En octobre dernier, la Maison Taittinger a accompagné Process Editions dans sa mise en valeur de talents émergents à travers un appel à participation ouvert à l’ensemble des photographes, sans distinction d’âge ni de parcours. L’objectif : offrir aux artistes une visibilité au sein de Process Journal, tiré à 10 000 exemplaires et diffusé en novembre, à l’occasion du Mois de la Photo, notamment lors de Paris Photo. Parmi plus de soixante-dix dossiers reçus, les éditions Process et la Maison Taittinger ont retenu la série de Charlotte Audoynaud, « Braver les ronces pour mieux se perdre », dont nous sommes heureux de dévoiler ici quelques images.
C’est une démarche assez répandue que de poser sur son environnement immédiat – la famille, un quartier, des lieux connus – un regard sensible. Si l’exercice se révèle assez difficile, Charlotte Audoynaud réussit à nous toucher avec ses images. Les moments familiaux qui sont montrés ici sont portés par un souffle poétique qui leur confère la saveur d’instants suspendus.

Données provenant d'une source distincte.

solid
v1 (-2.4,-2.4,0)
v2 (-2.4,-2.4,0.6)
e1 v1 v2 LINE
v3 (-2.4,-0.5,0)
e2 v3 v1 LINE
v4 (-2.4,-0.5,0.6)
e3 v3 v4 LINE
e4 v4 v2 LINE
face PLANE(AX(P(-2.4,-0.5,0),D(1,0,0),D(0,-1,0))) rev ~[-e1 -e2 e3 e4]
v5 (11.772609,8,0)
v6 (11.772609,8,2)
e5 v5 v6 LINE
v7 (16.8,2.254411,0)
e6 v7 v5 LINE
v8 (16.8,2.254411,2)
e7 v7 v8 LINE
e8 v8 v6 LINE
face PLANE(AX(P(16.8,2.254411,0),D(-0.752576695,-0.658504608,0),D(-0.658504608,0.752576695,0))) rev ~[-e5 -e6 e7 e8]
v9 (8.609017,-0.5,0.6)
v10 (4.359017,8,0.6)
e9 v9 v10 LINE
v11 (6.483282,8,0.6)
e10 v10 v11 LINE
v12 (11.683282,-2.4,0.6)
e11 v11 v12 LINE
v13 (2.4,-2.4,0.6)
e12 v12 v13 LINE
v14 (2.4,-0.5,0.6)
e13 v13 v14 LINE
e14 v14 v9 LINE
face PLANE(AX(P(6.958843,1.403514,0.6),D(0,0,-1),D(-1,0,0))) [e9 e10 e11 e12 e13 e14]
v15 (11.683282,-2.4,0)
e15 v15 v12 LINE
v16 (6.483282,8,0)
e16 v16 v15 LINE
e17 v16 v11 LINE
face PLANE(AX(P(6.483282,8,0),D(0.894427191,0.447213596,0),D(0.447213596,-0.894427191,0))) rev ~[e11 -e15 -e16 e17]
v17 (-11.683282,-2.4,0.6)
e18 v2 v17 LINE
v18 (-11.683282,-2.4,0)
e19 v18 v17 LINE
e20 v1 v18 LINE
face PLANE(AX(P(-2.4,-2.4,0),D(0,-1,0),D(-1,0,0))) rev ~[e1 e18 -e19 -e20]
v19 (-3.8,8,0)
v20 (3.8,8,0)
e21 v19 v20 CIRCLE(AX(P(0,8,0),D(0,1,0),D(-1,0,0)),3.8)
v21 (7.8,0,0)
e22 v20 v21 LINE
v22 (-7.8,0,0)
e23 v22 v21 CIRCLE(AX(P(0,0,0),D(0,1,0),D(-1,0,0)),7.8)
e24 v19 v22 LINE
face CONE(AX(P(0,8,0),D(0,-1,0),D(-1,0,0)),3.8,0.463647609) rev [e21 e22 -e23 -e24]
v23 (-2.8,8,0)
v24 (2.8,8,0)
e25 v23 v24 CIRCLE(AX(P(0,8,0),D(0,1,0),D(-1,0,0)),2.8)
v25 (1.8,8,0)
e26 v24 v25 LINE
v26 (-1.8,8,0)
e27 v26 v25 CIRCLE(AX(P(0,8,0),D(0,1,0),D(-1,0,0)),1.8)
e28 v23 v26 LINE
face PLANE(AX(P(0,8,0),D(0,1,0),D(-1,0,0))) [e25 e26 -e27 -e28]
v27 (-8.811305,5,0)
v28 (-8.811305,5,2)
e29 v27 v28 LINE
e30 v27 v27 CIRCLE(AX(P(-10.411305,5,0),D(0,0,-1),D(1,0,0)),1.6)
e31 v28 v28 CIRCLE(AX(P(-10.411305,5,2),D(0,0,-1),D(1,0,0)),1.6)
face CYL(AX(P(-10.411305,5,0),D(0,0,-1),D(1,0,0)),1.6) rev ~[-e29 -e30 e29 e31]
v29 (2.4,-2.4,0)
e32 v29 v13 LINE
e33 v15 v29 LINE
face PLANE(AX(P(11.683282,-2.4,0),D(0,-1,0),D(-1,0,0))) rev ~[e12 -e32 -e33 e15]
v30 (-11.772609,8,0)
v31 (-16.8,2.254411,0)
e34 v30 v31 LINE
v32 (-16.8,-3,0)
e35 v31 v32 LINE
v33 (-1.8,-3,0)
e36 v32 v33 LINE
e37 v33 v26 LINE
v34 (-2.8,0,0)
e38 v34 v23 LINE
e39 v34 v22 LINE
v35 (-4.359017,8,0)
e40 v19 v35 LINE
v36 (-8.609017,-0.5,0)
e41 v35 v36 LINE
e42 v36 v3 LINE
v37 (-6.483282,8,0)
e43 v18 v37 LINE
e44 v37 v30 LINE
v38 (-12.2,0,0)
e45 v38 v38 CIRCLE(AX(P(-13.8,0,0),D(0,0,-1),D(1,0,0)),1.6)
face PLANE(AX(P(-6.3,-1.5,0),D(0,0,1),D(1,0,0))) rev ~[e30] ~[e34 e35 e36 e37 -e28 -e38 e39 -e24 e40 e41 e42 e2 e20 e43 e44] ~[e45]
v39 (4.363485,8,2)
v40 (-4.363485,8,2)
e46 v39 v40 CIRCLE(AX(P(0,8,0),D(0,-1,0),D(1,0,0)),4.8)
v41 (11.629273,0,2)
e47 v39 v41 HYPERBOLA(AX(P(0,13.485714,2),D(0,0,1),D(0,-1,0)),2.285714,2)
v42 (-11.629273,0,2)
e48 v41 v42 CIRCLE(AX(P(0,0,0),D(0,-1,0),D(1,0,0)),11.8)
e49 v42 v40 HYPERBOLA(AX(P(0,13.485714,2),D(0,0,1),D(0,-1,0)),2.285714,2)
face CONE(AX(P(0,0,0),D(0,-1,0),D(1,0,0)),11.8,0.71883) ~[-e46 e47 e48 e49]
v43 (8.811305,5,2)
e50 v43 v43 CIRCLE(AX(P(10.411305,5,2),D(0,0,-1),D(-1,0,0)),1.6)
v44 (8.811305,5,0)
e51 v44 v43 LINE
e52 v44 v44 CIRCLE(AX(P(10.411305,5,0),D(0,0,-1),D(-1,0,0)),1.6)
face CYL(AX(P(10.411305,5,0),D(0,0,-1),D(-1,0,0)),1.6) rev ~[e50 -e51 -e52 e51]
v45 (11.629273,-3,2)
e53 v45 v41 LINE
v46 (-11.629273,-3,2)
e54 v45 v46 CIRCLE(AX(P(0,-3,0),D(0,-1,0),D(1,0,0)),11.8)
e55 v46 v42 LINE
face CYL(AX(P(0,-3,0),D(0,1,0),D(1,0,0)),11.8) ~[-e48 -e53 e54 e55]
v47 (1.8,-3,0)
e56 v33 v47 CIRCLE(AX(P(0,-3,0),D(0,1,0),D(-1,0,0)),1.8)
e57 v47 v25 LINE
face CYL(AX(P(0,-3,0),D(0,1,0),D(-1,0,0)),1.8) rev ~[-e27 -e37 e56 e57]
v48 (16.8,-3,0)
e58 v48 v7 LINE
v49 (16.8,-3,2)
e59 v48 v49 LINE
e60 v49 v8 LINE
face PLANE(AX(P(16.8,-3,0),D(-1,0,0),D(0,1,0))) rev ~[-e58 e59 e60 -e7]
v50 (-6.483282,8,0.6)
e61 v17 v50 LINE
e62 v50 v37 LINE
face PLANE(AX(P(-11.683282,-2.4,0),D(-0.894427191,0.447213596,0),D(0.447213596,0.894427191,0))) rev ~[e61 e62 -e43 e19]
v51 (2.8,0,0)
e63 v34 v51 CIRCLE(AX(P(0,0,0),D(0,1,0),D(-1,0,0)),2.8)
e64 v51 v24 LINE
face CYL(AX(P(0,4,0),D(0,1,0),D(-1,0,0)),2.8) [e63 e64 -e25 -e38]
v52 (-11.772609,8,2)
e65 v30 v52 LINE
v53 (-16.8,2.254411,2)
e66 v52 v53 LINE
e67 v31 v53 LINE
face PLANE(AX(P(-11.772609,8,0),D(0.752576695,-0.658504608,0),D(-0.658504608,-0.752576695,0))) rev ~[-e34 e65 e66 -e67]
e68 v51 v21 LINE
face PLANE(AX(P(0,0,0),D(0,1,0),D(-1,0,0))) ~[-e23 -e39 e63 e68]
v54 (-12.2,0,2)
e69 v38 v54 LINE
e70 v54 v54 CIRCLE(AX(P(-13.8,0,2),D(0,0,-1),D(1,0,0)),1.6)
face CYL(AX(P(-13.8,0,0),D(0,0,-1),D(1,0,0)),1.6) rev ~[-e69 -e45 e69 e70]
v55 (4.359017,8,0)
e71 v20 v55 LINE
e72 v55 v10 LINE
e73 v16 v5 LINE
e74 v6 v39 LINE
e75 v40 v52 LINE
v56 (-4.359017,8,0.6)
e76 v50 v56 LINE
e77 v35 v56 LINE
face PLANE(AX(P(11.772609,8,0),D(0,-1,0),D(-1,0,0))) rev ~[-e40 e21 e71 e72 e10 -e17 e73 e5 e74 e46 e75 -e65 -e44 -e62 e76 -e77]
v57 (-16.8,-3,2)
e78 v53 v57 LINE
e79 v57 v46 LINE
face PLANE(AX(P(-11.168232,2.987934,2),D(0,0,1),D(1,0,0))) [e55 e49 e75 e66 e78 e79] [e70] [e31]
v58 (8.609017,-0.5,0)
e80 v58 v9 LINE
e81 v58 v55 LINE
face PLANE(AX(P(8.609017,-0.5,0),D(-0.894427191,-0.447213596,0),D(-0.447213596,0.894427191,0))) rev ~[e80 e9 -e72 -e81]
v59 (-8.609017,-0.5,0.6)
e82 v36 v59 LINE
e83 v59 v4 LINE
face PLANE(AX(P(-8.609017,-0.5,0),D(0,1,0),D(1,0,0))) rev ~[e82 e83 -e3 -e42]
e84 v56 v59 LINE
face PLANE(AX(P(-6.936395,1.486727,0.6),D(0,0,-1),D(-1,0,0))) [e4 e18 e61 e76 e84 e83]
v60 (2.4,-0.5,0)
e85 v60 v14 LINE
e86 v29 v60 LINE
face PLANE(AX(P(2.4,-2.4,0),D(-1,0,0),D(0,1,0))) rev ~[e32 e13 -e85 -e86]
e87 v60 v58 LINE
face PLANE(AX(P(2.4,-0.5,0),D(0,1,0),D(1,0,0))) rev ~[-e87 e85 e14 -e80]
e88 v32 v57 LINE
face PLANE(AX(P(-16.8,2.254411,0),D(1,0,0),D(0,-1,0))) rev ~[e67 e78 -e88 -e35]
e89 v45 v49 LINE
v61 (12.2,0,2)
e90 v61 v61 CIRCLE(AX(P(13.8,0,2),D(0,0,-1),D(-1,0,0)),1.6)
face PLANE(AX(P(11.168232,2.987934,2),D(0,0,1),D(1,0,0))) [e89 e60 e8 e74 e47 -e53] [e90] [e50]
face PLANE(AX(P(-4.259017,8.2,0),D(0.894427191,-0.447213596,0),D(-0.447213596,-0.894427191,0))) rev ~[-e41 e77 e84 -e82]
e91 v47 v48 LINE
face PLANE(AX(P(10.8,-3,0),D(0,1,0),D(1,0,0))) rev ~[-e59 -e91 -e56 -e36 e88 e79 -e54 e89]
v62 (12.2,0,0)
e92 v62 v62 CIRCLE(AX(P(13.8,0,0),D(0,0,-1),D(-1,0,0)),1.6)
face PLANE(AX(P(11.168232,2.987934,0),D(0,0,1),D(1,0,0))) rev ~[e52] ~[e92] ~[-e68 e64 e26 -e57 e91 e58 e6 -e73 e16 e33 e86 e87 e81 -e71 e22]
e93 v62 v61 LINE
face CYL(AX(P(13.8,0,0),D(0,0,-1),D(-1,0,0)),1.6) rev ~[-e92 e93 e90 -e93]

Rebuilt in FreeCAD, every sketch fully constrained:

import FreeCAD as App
import Part
import Sketcher
Q = App.Units.Quantity


def add_polygon(sketch, points):
    """Adds a closed chain of lines whose ends are joined by coincident constraints."""
    first, n = sketch.GeometryCount, len(points)
    for a, b in zip(points, points[1:] + points[:1]):
        sketch.addGeometry(Part.LineSegment(App.Vector(*a, 0), App.Vector(*b, 0)), False)
    for i in range(n):
        sketch.addConstraint(Sketcher.Constraint("Coincident", first + i, 2, first + (i + 1) % n, 1))

doc = App.newDocument("Part")
body = doc.addObject("PartDesign::Body", "Body")

# Sketch on XY plane
sketch1 = body.newObject("Sketcher::SketchObject", "Sketch")
sketch1.AttachmentSupport = (doc.getObject("XY_Plane"), [""])
sketch1.MapMode = "FlatFace"
add_polygon(sketch1, [(-1.8, -3), (-1.8, 8), (-2.8, 8), (-2.8, 0), (-7.8, 0), (-3.8, 8), (-10.8, 0), (-10.8, -3)])  # lines 0-7
sketch1.addConstraint(Sketcher.Constraint("Vertical", 0))
sketch1.addConstraint(Sketcher.Constraint("Horizontal", 1))
sketch1.addConstraint(Sketcher.Constraint("Vertical", 2))
sketch1.addConstraint(Sketcher.Constraint("Horizontal", 3))
sketch1.addConstraint(Sketcher.Constraint("Vertical", 6))
sketch1.addConstraint(Sketcher.Constraint("Horizontal", 7))
sketch1.addConstraint(Sketcher.Constraint("PointOnObject", 2, 2, -1))
sketch1.addConstraint(Sketcher.Constraint("PointOnObject", 5, 2, -1))
sketch1.addConstraint(Sketcher.Constraint("Horizontal", 1, 2, 4, 2))
sketch1.addConstraint(Sketcher.Constraint("DistanceX", 1, 2, 1, 1, Q("1 mm")))
sketch1.addConstraint(Sketcher.Constraint("DistanceX", 3, 2, 3, 1, Q("5 mm")))
sketch1.addConstraint(Sketcher.Constraint("DistanceX", 7, 1, 7, 2, Q("9 mm")))
sketch1.addConstraint(Sketcher.Constraint("DistanceY", 0, 1, 0, 2, Q("11 mm")))
sketch1.addConstraint(Sketcher.Constraint("DistanceY", 2, 2, 2, 1, Q("8 mm")))
sketch1.addConstraint(Sketcher.Constraint("DistanceX", 4, 2, 1, 2, Q("1 mm")))
sketch1.addConstraint(Sketcher.Constraint("DistanceX", 0, 2, -1, 1, Q("1.8 mm")))
revolution = body.newObject("PartDesign::Revolution", "Revolution")
revolution.Profile = sketch1
revolution.ReferenceAxis = (sketch1, ["V_Axis"])
revolution.Angle = 180
body2 = doc.addObject("PartDesign::Body", "Body001")

# Sketch on XY plane
sketch2 = body2.newObject("Sketcher::SketchObject", "Sketch001")
sketch2.AttachmentSupport = (doc.getObject("XY_Plane001"), [""])
sketch2.MapMode = "FlatFace"
add_polygon(sketch2, [(16.8, -3), (10.8, -3), (10.8, 0), (3.8, 8), (11.8, 8), (16.8, 2.3)])  # lines 0-5
sketch2.addGeometry(Part.Circle(App.Vector(13.8, 0, 0), App.Vector(0, 0, 1), 1.6), False)  # 6
sketch2.addGeometry(Part.Circle(App.Vector(10.4, 5, 0), App.Vector(0, 0, 1), 1.6), False)  # 7
sketch2.addConstraint(Sketcher.Constraint("Horizontal", 0))
sketch2.addConstraint(Sketcher.Constraint("Vertical", 1))
sketch2.addConstraint(Sketcher.Constraint("Horizontal", 3))
sketch2.addConstraint(Sketcher.Constraint("Vertical", 5))
sketch2.addConstraint(Sketcher.Constraint("Equal", 6, 7))
sketch2.addConstraint(Sketcher.Constraint("PointOnObject", 6, 3, -1))
sketch2.addConstraint(Sketcher.Constraint("PointOnObject", 1, 2, -1))
sketch2.addConstraint(Sketcher.Constraint("Parallel", 2, 4))
sketch2.addConstraint(Sketcher.Constraint("Diameter", 6, Q("3.2 mm")))
sketch2.addConstraint(Sketcher.Constraint("DistanceX", 0, 2, 0, 1, Q("6 mm")))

Charlotte Audoynaud inscrit sa série dans un « microterritoire » : un espace-temps précis mais qui apparaît comme hors du temps, façonné autour d’un lieu sauvage où sa famille se réunit depuis la disparition d’un être cher dont la présence continue d’habiter les lieux. La photographe y saisit ses proches dans la nature, composant une fiction documentaire où les vivants rendent hommage aux absents.
Les corps anonymes deviennent les personnages d’un conte visuel, un récit intergénérationnel où s’entrelacent enfance, mémoire et filiation. Chez Charlotte Audoynaud, le conte n’efface pas la réalité : il la traduit, l’adoucit. Chaque image, fragment d’une fable intime, capture herbes, ombres et gestes comme autant de signes de l’évanescence et de la persistance des liens. Ce récit poétique ouvre un monde parallèle, un ailleurs où chacun peut reconnaître ses propres affleurements.